• [Provided records]
========================================

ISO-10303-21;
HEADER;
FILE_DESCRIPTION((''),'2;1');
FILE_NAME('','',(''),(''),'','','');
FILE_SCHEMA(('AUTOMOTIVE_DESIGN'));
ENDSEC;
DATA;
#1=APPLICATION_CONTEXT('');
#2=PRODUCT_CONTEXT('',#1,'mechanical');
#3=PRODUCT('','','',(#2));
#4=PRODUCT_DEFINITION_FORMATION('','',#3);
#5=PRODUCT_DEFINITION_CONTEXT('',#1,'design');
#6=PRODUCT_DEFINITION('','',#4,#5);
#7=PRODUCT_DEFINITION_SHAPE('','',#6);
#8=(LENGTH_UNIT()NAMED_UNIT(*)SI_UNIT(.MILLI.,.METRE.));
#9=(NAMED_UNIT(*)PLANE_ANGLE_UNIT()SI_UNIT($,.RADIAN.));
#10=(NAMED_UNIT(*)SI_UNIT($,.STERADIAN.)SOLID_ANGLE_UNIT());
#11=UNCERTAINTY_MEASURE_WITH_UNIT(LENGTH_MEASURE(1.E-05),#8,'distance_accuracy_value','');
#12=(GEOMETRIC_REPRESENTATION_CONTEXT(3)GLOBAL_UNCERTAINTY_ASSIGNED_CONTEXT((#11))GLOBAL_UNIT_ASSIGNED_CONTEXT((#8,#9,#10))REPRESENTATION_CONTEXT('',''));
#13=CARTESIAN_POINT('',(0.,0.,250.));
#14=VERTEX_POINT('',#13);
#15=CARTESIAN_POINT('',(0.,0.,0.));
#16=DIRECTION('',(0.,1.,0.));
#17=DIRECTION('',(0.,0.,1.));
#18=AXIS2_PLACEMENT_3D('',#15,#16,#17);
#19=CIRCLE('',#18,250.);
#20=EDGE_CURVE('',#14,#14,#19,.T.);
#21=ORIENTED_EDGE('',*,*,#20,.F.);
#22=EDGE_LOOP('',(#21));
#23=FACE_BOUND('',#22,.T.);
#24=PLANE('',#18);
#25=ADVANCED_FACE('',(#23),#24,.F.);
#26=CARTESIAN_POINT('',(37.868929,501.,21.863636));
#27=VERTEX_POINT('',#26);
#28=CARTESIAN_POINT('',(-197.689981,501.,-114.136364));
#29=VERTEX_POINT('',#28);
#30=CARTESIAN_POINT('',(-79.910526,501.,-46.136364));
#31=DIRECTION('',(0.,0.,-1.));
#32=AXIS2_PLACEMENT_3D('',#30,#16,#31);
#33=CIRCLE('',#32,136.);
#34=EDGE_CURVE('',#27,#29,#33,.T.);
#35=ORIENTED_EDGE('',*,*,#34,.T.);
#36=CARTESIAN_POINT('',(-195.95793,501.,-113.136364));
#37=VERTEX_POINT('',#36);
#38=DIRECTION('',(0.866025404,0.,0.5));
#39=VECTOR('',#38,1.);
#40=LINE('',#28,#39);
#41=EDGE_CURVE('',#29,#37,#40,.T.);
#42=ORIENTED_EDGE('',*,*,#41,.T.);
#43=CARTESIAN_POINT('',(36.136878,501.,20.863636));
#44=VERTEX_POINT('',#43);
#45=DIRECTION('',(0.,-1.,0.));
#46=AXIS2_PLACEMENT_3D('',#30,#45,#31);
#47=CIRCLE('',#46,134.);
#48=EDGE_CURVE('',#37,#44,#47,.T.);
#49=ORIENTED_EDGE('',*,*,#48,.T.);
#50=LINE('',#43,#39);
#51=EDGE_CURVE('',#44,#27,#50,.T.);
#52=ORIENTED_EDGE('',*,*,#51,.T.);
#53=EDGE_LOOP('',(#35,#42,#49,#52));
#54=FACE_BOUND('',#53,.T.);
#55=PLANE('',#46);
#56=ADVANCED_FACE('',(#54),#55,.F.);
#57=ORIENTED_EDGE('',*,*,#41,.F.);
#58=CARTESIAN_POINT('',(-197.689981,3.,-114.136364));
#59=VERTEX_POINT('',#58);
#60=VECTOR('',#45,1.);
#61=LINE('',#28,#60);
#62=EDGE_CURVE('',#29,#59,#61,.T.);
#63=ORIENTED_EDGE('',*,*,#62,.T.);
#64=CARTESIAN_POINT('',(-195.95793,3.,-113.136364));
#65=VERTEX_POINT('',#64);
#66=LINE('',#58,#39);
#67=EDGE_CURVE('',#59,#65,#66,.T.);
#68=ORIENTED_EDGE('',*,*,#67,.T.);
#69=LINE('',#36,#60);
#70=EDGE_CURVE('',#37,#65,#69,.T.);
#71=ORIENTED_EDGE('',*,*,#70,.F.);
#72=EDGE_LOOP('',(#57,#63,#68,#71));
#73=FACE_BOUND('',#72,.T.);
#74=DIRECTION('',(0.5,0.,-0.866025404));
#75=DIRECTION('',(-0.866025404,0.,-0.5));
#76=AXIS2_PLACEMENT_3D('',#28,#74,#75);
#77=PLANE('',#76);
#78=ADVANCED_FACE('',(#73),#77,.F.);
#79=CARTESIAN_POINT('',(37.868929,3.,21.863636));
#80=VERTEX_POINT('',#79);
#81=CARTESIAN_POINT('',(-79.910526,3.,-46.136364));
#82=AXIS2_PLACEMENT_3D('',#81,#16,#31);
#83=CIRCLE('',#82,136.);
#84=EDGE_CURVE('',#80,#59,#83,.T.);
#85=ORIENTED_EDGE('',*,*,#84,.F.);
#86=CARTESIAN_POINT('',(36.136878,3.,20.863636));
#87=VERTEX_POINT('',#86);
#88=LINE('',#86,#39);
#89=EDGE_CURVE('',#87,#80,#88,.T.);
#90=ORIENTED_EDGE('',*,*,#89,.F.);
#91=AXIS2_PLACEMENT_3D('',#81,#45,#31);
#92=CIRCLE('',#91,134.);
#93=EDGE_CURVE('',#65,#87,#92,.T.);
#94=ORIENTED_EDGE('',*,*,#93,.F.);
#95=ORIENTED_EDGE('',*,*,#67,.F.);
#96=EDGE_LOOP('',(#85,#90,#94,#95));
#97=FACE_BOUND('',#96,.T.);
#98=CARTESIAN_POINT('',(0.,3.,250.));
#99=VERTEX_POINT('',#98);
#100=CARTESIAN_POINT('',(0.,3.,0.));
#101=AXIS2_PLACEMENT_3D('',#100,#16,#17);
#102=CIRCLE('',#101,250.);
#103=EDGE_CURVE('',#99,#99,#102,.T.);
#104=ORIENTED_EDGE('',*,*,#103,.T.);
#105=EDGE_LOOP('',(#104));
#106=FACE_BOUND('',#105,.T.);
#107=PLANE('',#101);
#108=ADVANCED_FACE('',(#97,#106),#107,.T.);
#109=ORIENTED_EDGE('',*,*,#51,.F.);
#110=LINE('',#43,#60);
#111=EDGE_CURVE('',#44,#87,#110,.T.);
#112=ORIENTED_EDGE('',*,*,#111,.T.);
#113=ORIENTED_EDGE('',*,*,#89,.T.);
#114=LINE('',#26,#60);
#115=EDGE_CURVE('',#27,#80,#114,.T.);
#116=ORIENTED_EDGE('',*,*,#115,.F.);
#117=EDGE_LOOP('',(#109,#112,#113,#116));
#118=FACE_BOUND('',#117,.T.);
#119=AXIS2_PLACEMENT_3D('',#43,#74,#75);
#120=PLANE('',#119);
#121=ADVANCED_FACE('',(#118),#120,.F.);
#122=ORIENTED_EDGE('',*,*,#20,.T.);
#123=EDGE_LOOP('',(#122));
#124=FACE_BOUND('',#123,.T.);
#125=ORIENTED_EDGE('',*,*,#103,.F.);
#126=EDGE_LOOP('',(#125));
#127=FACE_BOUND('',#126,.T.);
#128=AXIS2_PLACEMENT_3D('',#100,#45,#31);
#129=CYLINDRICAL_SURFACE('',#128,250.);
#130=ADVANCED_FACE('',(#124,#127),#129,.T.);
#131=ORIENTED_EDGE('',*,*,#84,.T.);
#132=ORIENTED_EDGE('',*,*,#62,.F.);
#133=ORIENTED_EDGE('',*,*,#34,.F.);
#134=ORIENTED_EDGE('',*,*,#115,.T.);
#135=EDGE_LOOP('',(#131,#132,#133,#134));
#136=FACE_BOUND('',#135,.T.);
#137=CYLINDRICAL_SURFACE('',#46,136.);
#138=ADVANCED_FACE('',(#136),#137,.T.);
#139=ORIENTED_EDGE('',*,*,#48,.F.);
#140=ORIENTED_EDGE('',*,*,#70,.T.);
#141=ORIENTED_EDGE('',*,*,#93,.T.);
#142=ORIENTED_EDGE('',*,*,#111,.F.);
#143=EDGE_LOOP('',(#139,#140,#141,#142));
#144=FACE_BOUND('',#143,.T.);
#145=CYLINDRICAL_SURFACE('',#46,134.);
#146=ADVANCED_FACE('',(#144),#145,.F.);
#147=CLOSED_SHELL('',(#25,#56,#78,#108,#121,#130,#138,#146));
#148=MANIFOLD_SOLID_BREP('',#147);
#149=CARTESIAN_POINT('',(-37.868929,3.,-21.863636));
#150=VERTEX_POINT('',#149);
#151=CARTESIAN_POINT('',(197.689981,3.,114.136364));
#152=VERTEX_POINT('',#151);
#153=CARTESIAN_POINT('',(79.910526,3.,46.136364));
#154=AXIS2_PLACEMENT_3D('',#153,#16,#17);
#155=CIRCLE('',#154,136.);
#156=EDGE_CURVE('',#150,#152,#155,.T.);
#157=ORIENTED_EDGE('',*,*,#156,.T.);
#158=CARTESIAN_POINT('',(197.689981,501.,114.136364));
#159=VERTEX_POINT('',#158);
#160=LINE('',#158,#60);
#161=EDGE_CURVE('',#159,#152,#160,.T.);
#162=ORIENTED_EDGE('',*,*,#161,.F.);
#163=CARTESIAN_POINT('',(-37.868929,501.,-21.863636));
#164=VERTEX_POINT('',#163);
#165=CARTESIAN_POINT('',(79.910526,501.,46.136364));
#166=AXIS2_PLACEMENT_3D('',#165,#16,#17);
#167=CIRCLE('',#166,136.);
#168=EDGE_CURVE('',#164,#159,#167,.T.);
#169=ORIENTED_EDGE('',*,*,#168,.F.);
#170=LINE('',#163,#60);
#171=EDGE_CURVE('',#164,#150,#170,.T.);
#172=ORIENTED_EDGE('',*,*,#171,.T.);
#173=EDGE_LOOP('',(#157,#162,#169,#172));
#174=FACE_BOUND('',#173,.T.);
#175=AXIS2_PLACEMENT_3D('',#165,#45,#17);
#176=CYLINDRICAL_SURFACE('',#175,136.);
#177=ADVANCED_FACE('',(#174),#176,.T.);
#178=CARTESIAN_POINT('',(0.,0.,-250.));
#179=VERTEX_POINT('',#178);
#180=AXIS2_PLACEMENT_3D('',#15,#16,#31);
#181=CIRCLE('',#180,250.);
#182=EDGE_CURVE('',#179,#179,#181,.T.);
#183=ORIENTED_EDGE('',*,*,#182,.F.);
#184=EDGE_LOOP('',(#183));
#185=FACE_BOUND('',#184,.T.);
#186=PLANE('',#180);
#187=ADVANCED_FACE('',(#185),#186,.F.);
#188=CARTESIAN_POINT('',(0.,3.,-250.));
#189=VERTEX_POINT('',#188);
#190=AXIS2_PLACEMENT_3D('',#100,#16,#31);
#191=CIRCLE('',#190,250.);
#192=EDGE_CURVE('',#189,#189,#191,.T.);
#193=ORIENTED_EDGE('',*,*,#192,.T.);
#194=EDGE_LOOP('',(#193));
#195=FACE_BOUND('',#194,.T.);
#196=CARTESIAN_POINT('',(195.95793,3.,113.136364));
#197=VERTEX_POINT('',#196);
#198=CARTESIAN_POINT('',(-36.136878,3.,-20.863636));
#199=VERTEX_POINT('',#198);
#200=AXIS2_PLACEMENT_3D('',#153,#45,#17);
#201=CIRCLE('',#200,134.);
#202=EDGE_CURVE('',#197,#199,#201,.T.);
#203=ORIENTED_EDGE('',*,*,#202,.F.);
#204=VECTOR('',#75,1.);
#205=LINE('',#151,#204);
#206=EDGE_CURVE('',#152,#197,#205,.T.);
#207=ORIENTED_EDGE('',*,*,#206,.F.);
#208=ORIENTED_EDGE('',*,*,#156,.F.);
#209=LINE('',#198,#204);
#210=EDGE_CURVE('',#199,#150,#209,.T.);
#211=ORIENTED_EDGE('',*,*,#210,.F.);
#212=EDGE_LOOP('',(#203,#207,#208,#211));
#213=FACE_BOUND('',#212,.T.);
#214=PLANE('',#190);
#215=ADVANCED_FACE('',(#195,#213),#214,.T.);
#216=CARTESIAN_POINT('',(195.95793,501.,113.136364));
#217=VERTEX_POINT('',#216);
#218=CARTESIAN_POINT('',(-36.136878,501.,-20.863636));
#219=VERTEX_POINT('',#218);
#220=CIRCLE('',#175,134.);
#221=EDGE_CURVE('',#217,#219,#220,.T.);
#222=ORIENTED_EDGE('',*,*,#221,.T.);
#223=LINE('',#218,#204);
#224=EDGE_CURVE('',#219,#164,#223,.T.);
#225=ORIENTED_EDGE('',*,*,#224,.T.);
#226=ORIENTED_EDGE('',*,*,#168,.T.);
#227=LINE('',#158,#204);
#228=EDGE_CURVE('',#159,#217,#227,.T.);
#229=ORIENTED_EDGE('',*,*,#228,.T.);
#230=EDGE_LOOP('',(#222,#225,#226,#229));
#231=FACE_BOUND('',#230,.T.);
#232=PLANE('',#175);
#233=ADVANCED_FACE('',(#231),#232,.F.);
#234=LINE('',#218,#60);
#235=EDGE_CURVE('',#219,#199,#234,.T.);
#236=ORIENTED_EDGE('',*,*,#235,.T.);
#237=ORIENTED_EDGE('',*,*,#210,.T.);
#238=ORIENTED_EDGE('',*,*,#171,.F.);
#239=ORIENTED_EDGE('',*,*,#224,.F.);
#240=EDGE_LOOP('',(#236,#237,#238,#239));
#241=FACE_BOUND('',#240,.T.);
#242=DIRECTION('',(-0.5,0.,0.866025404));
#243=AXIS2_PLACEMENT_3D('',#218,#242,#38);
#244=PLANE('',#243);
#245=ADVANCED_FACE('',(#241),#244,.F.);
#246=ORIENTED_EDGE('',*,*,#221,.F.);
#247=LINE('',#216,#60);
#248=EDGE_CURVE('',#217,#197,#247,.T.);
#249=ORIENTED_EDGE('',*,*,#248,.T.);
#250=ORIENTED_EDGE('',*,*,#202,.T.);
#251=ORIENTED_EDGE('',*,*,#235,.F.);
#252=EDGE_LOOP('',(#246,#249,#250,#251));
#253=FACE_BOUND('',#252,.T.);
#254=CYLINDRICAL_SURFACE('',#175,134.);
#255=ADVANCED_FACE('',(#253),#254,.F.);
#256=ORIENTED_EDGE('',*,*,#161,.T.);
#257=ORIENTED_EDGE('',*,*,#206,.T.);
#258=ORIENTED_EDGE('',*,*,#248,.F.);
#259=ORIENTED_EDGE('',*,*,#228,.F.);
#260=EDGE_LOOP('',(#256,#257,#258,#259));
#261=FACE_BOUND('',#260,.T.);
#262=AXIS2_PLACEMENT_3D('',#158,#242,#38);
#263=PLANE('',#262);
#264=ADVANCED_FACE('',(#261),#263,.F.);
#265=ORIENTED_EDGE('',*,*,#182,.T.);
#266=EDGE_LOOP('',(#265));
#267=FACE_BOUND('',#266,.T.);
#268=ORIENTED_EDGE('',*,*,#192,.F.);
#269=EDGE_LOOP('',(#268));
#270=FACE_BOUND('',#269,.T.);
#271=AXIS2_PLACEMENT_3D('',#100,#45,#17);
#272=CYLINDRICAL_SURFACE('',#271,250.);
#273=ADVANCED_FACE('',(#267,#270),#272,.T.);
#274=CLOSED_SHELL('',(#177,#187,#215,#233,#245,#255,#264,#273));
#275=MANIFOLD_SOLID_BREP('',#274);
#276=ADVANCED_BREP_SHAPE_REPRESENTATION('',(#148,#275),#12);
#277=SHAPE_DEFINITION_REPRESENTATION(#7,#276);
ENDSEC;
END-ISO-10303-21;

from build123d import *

# Parameters (mm, degrees)
CROQUIS1_R              = 250
SALIENTE_EXTRUIR1_DEPTH = 3
SALIENTE_EXTRUIR2_DEPTH = 498
MATRIZC1_COUNT          = 2


with BuildPart() as part:
    # Croquis1 → Saliente-Extruir1 (new body)
    with BuildSketch(Plane(origin=(0, 0, 0), x_dir=(1, 0, 0), z_dir=(0, 1, 0))):
        with Locations(Location((0, 0, 0), (0, 0, 270))):
            Circle(CROQUIS1_R)
    extrude(amount=SALIENTE_EXTRUIR1_DEPTH)

    # Croquis2 → Saliente-Extruir2 (add)
    with BuildSketch(Plane(origin=(0, 3, 0), x_dir=(1, 0, 0), z_dir=(0, 1, 0))):
        with BuildLine():
            Line((-197.689980809, 114.136363636), (-195.957930002, 113.136363636))
            ThreePointArc((-195.957930002, 113.136363636), (-12.910525895, 162.183767743), (36.136878212, -20.863636364))
            Line((36.136878212, -20.863636364), (37.86892902, -21.863636364))
            ThreePointArc((37.86892902, -21.863636364), (-11.910525895, 163.915818551), (-197.689980809, 114.136363636))
        make_face()
    extrude(amount=SALIENTE_EXTRUIR2_DEPTH)


with BuildPart() as matrizc1_1:
    # MatrizC1: pattern copy
    add(part.part.rotate(Axis((0, 0, 0), (0, 1, 0)), 1 * 360 / MATRIZC1_COUNT))


solid = Compound([part.part, matrizc1_1.part])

========================================

• [To do] The required output is the stretch of entries above from the line containing "#246=ORIENTED_EDGE('',*,*,#221,.F.);" through the line containing "#252=EDGE_LOOP('',(#246,#249,#250,#251));", reproduced exactly.

• [Answer]
#246=ORIENTED_EDGE('',*,*,#221,.F.);
#247=LINE('',#216,#60);
#248=EDGE_CURVE('',#217,#197,#247,.T.);
#249=ORIENTED_EDGE('',*,*,#248,.T.);
#250=ORIENTED_EDGE('',*,*,#202,.T.);
#251=ORIENTED_EDGE('',*,*,#235,.F.);
#252=EDGE_LOOP('',(#246,#249,#250,#251));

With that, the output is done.